News reports identified the murdered woman who was burned alive on a New York City subway as fifty-seven-year-old Debrina Kawam of Toms River, New Jersey. She had briefly stayed in a New York City homeless shelter despite her conventional early life. Forty-years before she was a high-school cheerleader with the public hope to be an airline stewardess and secret desire to "party forever." She was one of three girls voted to have a "million-dollar smile." Though working in her thirties as customer service representative for Merck, the giant pharmaceutical company, her life had been less than auspicious containing dozens of minor arrests for trespassing, public drinking, and disorderly conduct.
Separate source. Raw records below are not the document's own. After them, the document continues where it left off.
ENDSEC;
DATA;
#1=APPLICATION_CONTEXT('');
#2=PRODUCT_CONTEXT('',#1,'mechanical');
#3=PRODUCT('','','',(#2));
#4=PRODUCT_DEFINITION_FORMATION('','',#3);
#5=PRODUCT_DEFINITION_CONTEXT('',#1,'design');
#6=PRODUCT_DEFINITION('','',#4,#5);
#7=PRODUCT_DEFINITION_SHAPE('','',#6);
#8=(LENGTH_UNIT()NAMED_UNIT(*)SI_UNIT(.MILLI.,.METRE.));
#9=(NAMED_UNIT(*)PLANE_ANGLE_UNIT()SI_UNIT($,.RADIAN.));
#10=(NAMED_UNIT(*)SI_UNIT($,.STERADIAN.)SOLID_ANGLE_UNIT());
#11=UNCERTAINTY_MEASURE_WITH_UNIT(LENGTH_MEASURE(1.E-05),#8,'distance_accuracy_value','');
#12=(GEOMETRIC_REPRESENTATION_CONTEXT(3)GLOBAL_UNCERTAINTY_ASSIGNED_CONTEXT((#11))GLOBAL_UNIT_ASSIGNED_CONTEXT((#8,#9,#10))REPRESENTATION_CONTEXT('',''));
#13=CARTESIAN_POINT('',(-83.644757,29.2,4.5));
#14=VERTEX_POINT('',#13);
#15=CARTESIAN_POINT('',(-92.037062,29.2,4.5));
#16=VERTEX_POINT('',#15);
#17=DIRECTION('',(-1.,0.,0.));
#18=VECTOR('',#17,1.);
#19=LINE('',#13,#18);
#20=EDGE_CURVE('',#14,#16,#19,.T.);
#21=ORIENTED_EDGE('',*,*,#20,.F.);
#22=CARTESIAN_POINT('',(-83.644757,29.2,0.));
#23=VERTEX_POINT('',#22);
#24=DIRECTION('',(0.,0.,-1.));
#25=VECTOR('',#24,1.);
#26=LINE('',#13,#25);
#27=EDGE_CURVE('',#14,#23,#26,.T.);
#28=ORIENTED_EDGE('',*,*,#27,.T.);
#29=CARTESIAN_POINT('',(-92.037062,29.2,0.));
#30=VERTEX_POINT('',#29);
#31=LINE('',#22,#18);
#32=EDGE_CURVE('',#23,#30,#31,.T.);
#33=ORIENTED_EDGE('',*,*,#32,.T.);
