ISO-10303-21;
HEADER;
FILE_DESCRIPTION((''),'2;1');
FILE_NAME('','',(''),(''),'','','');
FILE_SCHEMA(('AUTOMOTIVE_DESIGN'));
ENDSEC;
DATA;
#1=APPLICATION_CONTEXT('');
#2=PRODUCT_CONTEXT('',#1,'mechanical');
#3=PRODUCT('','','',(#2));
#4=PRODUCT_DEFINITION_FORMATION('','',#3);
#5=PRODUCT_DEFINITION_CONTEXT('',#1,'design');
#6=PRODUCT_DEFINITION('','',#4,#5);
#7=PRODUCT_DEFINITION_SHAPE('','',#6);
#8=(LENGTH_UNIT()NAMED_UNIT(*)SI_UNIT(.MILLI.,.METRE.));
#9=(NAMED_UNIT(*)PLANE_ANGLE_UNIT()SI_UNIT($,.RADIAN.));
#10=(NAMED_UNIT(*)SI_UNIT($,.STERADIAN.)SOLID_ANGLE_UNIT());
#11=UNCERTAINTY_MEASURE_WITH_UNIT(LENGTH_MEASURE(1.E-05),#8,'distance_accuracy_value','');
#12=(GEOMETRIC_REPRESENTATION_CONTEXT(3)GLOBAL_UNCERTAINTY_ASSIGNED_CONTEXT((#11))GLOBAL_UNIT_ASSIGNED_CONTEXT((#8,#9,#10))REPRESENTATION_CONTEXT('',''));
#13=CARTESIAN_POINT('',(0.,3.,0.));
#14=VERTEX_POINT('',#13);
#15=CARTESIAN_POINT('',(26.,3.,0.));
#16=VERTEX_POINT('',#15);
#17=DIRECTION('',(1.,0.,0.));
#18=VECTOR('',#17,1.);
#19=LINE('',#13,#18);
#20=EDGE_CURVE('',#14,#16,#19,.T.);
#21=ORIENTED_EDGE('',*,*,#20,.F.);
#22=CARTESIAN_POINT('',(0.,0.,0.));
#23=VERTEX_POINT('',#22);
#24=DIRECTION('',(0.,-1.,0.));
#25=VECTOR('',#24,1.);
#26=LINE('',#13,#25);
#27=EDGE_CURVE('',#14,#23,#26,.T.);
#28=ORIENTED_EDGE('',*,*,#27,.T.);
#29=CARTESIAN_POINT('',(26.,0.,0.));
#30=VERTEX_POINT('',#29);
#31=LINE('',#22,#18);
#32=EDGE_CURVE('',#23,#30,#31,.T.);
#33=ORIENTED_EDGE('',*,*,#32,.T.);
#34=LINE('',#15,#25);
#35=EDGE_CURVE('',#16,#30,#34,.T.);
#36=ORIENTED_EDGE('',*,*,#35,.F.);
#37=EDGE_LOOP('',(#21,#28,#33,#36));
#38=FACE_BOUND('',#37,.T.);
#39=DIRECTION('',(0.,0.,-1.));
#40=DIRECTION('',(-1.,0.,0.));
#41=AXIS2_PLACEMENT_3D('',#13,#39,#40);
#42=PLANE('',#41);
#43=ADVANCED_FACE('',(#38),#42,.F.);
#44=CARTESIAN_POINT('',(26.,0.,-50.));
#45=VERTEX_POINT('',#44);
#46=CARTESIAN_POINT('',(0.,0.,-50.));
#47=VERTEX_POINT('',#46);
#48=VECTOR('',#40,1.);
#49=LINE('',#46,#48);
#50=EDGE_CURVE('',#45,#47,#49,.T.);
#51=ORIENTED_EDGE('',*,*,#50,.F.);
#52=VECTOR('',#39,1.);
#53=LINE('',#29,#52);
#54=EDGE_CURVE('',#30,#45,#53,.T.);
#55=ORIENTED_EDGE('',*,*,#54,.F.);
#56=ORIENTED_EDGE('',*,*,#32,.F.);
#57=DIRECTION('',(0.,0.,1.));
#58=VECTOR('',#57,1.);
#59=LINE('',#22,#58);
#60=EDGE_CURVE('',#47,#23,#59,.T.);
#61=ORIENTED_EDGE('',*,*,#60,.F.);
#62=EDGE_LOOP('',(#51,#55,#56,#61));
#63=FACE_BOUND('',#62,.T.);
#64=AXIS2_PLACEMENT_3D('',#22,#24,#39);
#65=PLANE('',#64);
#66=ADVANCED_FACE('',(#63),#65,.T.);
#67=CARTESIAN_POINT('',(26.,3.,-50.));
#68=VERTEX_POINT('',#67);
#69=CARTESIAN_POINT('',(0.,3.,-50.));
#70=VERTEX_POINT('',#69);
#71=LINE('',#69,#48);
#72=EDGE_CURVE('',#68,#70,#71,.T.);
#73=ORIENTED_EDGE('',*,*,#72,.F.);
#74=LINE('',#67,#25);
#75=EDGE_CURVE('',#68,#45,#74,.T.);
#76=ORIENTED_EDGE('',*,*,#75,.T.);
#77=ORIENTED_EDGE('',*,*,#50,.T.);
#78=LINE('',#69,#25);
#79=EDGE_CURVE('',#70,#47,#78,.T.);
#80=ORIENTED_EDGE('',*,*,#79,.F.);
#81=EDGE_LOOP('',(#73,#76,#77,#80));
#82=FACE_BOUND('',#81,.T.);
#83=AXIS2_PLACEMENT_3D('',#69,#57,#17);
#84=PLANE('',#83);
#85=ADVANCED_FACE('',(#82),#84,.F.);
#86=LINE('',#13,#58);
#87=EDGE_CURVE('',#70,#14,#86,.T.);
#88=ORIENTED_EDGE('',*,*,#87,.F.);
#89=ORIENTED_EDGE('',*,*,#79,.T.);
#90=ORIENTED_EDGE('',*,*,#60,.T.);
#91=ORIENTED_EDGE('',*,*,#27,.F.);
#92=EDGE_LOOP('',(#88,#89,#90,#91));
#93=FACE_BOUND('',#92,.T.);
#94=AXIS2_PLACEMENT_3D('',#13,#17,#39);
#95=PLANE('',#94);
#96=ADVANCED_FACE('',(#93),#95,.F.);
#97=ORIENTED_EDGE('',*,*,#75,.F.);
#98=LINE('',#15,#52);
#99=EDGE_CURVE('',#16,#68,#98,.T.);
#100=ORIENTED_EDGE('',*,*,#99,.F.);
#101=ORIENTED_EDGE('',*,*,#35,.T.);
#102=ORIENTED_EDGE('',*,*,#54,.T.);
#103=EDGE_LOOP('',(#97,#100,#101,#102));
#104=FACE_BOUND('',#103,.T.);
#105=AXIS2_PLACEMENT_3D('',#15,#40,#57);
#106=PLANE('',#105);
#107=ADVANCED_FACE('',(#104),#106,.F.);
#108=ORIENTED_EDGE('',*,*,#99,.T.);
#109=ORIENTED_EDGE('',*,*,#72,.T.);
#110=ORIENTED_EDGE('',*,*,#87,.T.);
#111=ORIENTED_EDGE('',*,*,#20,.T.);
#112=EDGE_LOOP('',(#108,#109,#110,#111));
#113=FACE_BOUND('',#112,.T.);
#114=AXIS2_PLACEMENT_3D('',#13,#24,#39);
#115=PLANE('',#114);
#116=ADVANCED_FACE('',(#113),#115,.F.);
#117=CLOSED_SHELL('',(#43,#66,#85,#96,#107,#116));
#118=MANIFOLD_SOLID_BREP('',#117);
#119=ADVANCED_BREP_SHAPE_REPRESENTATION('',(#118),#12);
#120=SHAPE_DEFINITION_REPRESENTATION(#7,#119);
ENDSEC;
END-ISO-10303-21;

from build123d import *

# Parameters (mm, degrees)
CROQUIS1_W              = 26
CROQUIS1_H              = 50
SALIENTE_EXTRUIR1_DEPTH = 3


with BuildPart() as part:
    # Croquis1 → Saliente-Extruir1 (new body)
    with BuildSketch(Plane(origin=(0, 0, 0), x_dir=(1, 0, 0), z_dir=(0, 1, 0))):
        with Locations((13, 25)):
            Rectangle(CROQUIS1_W, CROQUIS1_H)
    extrude(amount=SALIENTE_EXTRUIR1_DEPTH)


solid = part.part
She filed for bankruptcy in 2008 and her relationship with her romantic partner from 2011 to 2014 was chaotic.
The emotional conflicts precipitating Ms. Kawam's descent can only be speculated. At her father's death she described him as having been "the best father a daughter could have had" with the "regret that it took me later in life to figure that out." These statements may indicate that she ignored his sound advice. That alcohol abuse played a role seems likely in view of her many arrests for public drinking and disorderly conduct. Still, as with all troubled souls, she did her best, having lacked the needed support structure.
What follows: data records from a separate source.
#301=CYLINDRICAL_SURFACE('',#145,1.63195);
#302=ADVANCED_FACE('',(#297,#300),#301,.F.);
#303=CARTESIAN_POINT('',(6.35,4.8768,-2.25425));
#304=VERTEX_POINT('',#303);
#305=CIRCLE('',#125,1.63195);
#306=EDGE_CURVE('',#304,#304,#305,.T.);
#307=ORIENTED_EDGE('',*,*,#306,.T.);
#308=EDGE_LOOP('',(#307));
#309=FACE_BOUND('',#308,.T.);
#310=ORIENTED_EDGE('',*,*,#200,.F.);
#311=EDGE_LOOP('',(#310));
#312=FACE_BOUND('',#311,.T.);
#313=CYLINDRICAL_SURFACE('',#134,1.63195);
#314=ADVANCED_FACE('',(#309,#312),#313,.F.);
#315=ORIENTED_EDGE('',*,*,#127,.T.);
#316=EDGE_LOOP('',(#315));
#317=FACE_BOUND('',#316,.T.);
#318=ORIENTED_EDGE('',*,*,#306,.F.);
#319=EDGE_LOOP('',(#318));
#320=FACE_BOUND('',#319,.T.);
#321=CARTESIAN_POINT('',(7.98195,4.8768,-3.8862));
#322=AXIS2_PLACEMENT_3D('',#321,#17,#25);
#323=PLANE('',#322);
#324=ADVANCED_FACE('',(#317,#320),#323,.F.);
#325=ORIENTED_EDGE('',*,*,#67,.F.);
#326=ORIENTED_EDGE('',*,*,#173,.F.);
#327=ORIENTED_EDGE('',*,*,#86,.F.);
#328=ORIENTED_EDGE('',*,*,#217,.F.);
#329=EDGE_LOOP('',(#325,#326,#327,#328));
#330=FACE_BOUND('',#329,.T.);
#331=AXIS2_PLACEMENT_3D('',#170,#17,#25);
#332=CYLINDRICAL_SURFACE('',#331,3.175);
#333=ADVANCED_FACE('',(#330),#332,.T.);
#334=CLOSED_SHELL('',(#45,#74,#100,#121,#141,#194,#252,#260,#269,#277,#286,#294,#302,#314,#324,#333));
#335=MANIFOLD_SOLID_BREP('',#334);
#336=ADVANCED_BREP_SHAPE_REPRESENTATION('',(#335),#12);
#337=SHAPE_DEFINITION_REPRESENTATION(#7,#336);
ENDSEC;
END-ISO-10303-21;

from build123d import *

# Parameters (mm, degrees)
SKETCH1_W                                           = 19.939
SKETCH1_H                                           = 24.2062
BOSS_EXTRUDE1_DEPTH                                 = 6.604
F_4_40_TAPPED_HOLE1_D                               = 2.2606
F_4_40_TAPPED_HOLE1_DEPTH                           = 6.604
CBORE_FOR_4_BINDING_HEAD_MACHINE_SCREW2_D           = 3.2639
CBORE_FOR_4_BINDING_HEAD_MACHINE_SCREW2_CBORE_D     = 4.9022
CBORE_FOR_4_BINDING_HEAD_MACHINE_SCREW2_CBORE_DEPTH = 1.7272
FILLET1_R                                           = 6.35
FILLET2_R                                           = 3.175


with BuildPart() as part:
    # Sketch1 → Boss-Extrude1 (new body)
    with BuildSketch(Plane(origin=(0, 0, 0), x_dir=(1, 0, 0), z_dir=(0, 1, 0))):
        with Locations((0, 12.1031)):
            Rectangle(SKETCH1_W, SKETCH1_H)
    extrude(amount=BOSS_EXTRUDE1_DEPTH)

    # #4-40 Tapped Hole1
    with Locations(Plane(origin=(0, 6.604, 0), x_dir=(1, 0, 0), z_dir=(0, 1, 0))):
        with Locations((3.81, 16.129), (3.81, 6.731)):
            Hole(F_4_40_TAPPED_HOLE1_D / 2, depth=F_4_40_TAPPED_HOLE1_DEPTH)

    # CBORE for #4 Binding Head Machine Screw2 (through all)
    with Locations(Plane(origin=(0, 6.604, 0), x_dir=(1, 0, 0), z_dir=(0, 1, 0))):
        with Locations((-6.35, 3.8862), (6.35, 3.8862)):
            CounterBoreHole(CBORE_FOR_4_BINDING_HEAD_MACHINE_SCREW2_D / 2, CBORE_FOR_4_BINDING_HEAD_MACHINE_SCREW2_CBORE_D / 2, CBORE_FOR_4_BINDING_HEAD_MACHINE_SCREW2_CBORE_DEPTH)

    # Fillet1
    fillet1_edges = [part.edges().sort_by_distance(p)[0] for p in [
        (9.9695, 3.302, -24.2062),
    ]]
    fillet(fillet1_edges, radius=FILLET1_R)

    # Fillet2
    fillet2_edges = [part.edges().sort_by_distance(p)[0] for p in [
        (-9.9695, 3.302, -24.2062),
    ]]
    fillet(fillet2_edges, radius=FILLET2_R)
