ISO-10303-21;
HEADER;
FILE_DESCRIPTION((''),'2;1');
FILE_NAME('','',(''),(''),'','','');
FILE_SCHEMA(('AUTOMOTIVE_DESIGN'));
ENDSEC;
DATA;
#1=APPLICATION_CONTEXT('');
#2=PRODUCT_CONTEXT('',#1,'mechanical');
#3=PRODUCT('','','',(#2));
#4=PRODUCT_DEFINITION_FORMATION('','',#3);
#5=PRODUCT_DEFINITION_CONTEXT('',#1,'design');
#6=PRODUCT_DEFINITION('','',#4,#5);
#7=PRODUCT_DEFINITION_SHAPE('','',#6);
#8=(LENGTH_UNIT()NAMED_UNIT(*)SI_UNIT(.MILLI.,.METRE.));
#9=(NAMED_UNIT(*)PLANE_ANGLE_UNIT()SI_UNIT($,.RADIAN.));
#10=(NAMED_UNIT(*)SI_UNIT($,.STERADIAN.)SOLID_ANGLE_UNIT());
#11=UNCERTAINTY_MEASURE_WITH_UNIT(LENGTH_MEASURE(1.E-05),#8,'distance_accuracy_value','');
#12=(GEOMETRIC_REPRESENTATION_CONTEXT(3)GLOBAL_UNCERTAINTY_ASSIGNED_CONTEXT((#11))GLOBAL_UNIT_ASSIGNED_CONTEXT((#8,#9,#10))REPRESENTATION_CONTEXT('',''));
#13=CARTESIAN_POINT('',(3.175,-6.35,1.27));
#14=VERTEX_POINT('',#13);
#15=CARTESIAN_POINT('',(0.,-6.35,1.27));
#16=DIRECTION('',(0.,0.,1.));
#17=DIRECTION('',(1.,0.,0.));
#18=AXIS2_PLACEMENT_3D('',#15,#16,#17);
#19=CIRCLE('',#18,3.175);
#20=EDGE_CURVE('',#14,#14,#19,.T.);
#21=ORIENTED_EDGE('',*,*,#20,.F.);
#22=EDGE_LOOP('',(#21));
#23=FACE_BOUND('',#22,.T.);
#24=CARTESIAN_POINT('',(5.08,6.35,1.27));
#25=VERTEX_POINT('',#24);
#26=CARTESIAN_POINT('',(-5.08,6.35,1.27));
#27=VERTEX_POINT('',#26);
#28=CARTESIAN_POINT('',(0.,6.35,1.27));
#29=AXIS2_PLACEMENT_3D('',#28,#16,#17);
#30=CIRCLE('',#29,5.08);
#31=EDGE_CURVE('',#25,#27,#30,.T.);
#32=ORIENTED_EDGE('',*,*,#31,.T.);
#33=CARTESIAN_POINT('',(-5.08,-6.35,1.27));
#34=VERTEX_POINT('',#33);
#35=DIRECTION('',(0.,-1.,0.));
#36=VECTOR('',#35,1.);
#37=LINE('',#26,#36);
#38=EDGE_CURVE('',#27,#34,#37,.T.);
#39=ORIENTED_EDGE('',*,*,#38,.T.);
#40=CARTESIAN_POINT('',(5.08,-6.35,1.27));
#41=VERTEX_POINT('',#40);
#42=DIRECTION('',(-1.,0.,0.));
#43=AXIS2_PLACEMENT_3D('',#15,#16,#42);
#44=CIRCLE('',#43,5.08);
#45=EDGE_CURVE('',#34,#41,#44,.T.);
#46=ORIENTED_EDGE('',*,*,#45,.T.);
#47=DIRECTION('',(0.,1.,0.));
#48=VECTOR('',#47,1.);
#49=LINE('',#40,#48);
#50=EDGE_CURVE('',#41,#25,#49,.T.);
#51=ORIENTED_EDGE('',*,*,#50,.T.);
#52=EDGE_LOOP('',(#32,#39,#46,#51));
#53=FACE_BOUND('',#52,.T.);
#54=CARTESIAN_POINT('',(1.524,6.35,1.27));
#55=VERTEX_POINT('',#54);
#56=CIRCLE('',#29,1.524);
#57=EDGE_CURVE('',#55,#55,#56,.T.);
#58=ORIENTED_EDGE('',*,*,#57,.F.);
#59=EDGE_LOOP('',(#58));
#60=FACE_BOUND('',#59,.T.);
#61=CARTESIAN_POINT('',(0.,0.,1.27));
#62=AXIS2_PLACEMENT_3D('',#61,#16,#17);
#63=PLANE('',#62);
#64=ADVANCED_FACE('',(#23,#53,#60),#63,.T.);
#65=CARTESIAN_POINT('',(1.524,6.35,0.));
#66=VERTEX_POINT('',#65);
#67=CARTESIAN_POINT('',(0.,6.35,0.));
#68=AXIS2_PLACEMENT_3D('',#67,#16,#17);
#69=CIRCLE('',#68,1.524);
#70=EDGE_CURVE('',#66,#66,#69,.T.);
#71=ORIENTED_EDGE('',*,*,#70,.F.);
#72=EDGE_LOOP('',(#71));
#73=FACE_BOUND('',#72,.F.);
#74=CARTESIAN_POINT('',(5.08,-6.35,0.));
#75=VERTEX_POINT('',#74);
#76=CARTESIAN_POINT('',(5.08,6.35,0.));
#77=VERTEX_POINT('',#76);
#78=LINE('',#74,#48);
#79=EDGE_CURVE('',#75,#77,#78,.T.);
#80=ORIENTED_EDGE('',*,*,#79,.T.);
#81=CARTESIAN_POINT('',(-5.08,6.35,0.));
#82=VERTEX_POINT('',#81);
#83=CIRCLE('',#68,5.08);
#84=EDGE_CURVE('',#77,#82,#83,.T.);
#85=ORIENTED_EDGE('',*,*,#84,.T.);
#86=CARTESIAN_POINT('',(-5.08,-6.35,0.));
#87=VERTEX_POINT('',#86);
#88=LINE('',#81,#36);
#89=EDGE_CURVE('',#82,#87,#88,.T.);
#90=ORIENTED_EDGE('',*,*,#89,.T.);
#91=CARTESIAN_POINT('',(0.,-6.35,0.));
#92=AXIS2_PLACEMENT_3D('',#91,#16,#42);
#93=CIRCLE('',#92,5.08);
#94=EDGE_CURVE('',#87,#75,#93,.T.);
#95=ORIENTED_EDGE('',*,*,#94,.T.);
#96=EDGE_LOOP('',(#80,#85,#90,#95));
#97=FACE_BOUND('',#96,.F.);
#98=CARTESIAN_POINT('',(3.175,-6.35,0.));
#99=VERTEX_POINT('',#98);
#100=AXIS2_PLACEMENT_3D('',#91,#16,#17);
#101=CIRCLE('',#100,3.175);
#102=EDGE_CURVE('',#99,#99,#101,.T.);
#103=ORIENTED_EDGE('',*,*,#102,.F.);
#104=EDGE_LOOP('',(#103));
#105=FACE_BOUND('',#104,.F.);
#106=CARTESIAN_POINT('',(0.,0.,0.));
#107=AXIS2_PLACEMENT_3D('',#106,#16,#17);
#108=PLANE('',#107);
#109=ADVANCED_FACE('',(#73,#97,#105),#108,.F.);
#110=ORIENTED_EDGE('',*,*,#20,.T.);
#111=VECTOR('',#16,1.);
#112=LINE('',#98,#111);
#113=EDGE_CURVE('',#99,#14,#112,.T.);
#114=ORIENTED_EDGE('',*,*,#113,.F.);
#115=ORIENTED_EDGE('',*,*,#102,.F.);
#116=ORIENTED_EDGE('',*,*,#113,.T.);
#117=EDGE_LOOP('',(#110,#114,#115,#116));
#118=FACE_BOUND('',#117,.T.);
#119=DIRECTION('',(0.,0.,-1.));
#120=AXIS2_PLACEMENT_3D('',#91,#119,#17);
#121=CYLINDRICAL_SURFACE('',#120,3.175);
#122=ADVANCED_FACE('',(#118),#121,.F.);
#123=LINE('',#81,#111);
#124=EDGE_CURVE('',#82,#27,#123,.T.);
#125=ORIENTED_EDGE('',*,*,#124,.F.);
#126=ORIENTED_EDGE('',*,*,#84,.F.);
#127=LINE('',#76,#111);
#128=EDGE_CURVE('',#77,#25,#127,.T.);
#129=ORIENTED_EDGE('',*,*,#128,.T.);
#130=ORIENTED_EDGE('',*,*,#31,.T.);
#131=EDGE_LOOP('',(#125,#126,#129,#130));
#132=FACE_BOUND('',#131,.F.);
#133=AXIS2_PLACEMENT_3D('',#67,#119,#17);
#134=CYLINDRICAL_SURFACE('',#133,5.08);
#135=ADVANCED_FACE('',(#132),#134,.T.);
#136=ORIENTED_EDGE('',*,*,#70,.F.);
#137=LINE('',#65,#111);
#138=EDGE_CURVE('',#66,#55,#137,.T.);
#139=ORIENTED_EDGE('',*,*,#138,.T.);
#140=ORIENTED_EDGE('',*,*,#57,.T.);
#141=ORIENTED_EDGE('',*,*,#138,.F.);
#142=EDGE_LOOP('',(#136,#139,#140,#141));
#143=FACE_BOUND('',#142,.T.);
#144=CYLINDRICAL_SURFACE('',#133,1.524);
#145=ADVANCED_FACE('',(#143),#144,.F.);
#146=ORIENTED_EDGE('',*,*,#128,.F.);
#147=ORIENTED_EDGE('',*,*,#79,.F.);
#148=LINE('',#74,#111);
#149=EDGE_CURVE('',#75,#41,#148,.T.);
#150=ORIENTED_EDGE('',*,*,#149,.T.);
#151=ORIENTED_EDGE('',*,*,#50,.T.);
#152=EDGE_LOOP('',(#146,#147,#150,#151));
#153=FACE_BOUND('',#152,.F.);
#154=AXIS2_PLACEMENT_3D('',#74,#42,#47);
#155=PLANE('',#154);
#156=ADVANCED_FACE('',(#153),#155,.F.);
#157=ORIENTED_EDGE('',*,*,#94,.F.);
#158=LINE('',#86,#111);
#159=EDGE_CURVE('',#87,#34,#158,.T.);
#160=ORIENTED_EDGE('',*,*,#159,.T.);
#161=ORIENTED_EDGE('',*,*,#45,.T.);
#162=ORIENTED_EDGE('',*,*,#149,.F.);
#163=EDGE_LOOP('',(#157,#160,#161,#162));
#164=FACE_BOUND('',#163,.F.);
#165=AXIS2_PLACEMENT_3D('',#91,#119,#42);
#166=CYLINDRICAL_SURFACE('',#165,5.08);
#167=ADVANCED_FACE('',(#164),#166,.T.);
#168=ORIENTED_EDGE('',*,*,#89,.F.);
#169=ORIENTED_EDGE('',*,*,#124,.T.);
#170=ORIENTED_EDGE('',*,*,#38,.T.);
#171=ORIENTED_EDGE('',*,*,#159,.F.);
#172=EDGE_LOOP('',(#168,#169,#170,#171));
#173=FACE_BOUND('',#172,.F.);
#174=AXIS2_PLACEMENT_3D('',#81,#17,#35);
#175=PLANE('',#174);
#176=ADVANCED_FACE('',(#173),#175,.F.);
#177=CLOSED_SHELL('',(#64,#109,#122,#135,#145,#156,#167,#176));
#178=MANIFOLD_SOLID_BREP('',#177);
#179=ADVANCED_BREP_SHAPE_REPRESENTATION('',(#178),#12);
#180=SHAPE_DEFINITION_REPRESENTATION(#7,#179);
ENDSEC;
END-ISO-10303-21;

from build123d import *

# Parameters (mm, degrees)
F0_R     = 3.175
F0_R_2   = 1.524
F1_DEPTH = 1.27


with BuildPart() as f1:
    # F0 (on Top) → F1 (new body)
    with BuildSketch(Plane.XY):
        with BuildLine():
            ThreePointArc((5.08, 6.35), (0, 11.43), (-5.08, 6.35))
            Line((-5.08, 6.35), (-5.08, -6.35))
            ThreePointArc((-5.08, -6.35), (0, -11.43), (5.08, -6.35))
            Line((5.08, -6.35), (5.08, 6.35))
        make_face()
        with Locations((0, -6.35)):
            Circle(F0_R, mode=Mode.SUBTRACT)
        with Locations((0, 6.35)):
            Circle(F0_R_2, mode=Mode.SUBTRACT)
    extrude(amount=F1_DEPTH)


solid = f1.part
Yet while her burned body molders in the grave, her killer will enjoy for the remainder of his life, free food and health care and, in New York State prisons, a laptop, free college study (if desired), drugs (methadone) if he claims to be a drug abuser, and even a medical change of sex if sought.
Not fair. Not just. There is a justice of lawyers and the courtroom, and a justice of the Prophets and of God. Nuff said.